Оно было неправильно, но не было «клеветой». Чехов от писателей типа «вперед на бой, в борьбу со тьмой» очень, конечно, отличался. Проповедничества в нем не было. Но не было и цельного мировоззрения, философского или религиозного. Он сам признавал это и, верно, этим томился. В такой внутренней полосе и написана «Скучная история».

Однако же в глубине его жило нечто и совсем не безыдейное, и не равнодушное. Напротив, очень положительное, человечное и правдивое. Христианский мир отца и матери (в особенности), скрытно в нем произрастал, мало, однако, показываясь на глаза.

Самому ему казалось временами, что писание его что-то «не то». Хотелось и сделать для жизни больше того, что он, как чистый художник, сделать мог. Даже в приведенном письме, единственном по резкости у Чехова, это чувствуется. «Если Вы… разумеете то печальное обстоятельство, что я, образованный, часто печатавшийся человек, ничего не сделал для тех, кого люблю, что моя деятельность бесследно прошла, напр., для земства, нового суда, свободы печати, вообще свободы, то…» (дальше оказывается, что и «Русская мысль» мало сделала. Но это уже полемика).

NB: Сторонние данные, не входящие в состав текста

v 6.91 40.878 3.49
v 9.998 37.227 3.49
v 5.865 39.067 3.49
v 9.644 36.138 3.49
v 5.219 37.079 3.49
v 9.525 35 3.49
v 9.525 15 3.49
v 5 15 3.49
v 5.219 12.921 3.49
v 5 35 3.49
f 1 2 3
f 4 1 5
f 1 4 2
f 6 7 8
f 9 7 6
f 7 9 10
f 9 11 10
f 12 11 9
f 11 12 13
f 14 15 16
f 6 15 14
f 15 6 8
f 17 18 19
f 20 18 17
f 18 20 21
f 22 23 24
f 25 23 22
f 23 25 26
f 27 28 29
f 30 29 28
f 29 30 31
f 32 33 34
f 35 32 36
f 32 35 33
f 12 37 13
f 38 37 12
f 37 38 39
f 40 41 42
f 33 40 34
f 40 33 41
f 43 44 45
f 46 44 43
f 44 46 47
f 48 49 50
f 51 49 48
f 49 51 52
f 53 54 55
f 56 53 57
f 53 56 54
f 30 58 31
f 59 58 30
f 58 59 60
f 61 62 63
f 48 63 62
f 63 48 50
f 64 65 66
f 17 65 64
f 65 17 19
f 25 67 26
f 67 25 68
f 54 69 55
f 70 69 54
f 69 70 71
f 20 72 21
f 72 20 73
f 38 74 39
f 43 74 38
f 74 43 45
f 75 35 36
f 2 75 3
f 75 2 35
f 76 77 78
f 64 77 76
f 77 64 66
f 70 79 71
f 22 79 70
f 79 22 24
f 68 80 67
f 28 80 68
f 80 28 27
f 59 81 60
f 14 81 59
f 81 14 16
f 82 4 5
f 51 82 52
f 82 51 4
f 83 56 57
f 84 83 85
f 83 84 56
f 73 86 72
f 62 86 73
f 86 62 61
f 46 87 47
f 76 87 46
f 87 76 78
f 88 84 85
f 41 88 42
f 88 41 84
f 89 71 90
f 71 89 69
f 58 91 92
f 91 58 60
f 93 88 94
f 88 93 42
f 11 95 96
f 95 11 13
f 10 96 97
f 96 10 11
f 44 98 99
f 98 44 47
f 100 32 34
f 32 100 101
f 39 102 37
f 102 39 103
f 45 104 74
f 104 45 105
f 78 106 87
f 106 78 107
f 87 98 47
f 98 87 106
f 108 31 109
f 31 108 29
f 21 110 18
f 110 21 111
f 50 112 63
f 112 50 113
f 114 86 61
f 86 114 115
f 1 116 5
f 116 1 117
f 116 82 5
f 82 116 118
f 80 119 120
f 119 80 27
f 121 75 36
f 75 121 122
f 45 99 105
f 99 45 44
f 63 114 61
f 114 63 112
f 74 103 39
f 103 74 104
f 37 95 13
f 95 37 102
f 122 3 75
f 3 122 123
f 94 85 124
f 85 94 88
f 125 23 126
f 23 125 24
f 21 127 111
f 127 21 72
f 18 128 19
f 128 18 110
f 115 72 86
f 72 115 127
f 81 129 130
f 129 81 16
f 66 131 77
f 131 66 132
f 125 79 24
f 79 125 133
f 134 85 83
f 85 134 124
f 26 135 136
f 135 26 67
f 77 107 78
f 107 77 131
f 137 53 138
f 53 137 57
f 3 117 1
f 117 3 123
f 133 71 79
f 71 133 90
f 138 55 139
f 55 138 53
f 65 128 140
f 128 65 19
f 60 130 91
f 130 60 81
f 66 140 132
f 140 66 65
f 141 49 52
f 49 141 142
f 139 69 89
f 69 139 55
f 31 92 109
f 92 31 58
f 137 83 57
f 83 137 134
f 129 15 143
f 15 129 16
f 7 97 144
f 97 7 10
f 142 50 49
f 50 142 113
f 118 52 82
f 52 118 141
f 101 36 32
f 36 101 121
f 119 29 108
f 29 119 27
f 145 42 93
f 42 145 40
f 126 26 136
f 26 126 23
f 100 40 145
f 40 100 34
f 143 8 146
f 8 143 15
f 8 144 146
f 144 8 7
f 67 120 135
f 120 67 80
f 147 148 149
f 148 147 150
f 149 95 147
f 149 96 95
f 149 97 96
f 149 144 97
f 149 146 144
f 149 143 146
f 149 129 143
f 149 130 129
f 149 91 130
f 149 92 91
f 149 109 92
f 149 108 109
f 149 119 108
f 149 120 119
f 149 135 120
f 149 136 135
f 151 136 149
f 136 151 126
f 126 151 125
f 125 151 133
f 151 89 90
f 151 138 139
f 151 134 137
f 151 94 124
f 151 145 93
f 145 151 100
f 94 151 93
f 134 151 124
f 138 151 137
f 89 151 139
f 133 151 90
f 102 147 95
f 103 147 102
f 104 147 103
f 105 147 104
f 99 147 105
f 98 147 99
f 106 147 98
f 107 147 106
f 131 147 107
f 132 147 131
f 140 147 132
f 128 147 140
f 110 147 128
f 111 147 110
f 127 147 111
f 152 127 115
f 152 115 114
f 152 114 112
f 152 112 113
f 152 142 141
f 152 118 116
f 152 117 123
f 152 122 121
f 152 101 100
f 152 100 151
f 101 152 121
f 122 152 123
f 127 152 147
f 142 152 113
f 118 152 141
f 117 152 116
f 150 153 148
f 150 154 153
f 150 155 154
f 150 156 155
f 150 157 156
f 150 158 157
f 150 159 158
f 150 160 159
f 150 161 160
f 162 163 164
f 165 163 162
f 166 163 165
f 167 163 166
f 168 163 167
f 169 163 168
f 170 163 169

Все-таки то, что он сам «мало сделал» для жизни, вообще мало что знает о высшем и мало к нему приближает читающего, это ему было тягостно. Может быть, тут «Скучная история» и оказалась судом над собою. Но это касается только его самого. Если же другой вмешивается и обвиняет, он никак не приемлет.

Письмо Лаврову написано почти накануне отъезда его на Сахалин.